The 2005 Emerald Bowl, part of the 2005–06 NCAA bowl game season, was played on December 29, 2005, at AT&T Park in San Francisco, California. It featured the Georgia Tech Yellow Jackets, and the Utah Utes.

Game summary
Utah - Travis LaTendresse 14 yard touchdown pass from Brett Ratliff (Dan Beardall kick failed) 
Utah - Travis LaTendresse 23 yard touchdown pass from Brett Ratliff (Dan Beardall kick)
Utah - Travis LaTendresse 25 yard touchdown pass from Brett Ratliff (Dan Beardall kick)
Georgia Tech - George Cooper 31 yard touchdown pass from Reggie Ball (Travis Bell kick)
Georgia Tech - Travis Bell 29 yard field goal
Utah - Dan Beardall 23 yard field goal
Utah - Travis LaTendresse 16 touchdown yard pass from Brett Ratliff (Travis LaTendresse pass from Brett Ratliff)
Utah - Quinton Ganther 41 yard touchdown run (Dan Beardall kick)

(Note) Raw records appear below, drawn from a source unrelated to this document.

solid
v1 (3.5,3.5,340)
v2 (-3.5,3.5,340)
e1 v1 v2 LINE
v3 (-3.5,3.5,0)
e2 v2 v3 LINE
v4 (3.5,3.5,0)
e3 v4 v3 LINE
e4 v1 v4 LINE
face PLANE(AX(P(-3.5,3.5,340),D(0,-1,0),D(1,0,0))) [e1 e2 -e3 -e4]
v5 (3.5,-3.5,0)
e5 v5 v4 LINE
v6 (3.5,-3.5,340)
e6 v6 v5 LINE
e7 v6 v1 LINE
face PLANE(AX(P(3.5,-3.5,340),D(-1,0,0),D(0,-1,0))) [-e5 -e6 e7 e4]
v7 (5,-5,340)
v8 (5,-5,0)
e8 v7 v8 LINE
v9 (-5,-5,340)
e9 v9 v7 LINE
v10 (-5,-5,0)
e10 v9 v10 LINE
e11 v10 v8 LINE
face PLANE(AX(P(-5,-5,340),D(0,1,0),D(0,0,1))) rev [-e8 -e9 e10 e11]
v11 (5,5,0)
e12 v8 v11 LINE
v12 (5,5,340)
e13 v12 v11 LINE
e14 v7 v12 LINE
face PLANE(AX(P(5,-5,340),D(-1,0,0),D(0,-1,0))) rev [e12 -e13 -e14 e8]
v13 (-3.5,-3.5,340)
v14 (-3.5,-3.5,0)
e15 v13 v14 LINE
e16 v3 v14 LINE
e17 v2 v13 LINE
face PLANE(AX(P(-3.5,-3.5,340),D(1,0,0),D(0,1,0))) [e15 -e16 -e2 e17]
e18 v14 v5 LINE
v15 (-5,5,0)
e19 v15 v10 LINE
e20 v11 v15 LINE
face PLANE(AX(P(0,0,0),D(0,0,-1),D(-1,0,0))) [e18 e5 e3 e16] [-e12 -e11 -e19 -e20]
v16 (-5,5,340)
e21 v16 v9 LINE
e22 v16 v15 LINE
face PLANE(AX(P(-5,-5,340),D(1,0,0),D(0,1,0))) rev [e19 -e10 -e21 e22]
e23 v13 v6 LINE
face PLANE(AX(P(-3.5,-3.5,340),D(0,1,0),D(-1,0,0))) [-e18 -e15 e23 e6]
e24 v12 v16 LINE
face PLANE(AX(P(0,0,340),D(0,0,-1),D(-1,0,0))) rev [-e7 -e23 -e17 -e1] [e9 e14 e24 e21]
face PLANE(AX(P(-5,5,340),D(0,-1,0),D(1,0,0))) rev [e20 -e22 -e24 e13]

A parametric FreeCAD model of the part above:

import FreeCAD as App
import Part
import Sketcher
from FreeCAD import Vector
Q = App.Units.Quantity

doc = App.newDocument("Part")
params = doc.addObject("Spreadsheet::Sheet", "Params")
for row, (alias, value) in enumerate([
    ("sketch1_width", "10 mm"),
    ("sketch1_width2", "7 mm"),
    ("pad1_length", "340 mm"),
], start=1):
    params.set(f"A{row}", alias)
    params.set(f"B{row}", "=" + value)
    params.setAlias(f"B{row}", alias)

body = doc.addObject("PartDesign::Body", "Body")

# Sketch on XY plane
sketch1 = doc.addObject("Sketcher::SketchObject", "Sketch")
body.addObject(sketch1)
sketch1.AttachmentSupport = (doc.XY_Plane, [""])
sketch1.MapMode = "FlatFace"
sketch1.addGeometry([
    Part.LineSegment(Vector(-5, 5, 0), Vector(-5, -5, 0)),  # 0
    Part.LineSegment(Vector(-5, -5, 0), Vector(5, -5, 0)),  # 1
    Part.LineSegment(Vector(5, -5, 0), Vector(5, 5, 0)),  # 2
    Part.LineSegment(Vector(5, 5, 0), Vector(-5, 5, 0)),  # 3
    Part.LineSegment(Vector(4, -4, 0), Vector(-4, -4, 0)),  # 4
    Part.LineSegment(Vector(-4, -4, 0), Vector(-4, 4, 0)),  # 5
    Part.LineSegment(Vector(-4, 4, 0), Vector(4, 4, 0)),  # 6
    Part.LineSegment(Vector(4, 4, 0), Vector(4, -4, 0)),  # 7
], False)
sketch1.addConstraint([
    Sketcher.Constraint("Coincident", 0, 2, 1, 1),
    Sketcher.Constraint("Coincident", 1, 2, 2, 1),
    Sketcher.Constraint("Coincident", 2, 2, 3, 1),
    Sketcher.Constraint("Coincident", 3, 2, 0, 1),
    Sketcher.Constraint("Coincident", 4, 2, 5, 1),
    Sketcher.Constraint("Coincident", 5, 2, 6, 1),
    Sketcher.Constraint("Coincident", 6, 2, 7, 1),
    Sketcher.Constraint("Coincident", 7, 2, 4, 1),
    Sketcher.Constraint("Vertical", 0),
    Sketcher.Constraint("Horizontal", 1),
    Sketcher.Constraint("Vertical", 2),
    Sketcher.Constraint("Horizontal", 3),
    Sketcher.Constraint("Horizontal", 4),
    Sketcher.Constraint("Vertical", 5),
    Sketcher.Constraint("Horizontal", 6),
    Sketcher.Constraint("Vertical", 7),
    Sketcher.Constraint("Symmetric", 0, 2, 2, 2, -1, 1),
    Sketcher.Constraint("Symmetric", 4, 2, 6, 2, -1, 1),
    Sketcher.Constraint("Equal", 3, 0),
    Sketcher.Constraint("Equal", 6, 5),
    Sketcher.Constraint("DistanceX", 1, 1, 1, 2, Q("10 mm")),
    Sketcher.Constraint("DistanceX", 4, 2, 4, 1, Q("7 mm")),
])
sketch1.setExpression("Constraints[20]", "Params.sketch1_width")
sketch1.setExpression("Constraints[21]", "Params.sketch1_width2")
pad1 = doc.addObject("PartDesign::Pad", "Pad")
body.addObject(pad1)
pad1.Profile = sketch1
pad1.setExpression("Length", "Params.pad1_length")

doc.recompute()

Utah took a 6–0 lead with 12:26 left in the first quarter, following a 14-yard touchdown pass from Brett Ratliff to wide receiver Travis LaTendresse. With 3:59 left in the first quarter, Ratliff again found LaTendresse, this time for a 23-yard score, and Utah increased its lead to 13–0.

Just 30 seconds into the third quarter, Ratliff found LaTendresse for a third time, connecting on a 25-yard touchdown pass, as Utah opened up a 20–0 lead. Georgia Tech attempted to claw its way back in the game, after Reggie Ball threw a 31-yard touchdown pass to George Cooper, cutting Utah's lead to 20–7. With 3 seconds left in the half, Travis Bell kicked a 29-yard field goal, to make the halftime score 20–10 Utah.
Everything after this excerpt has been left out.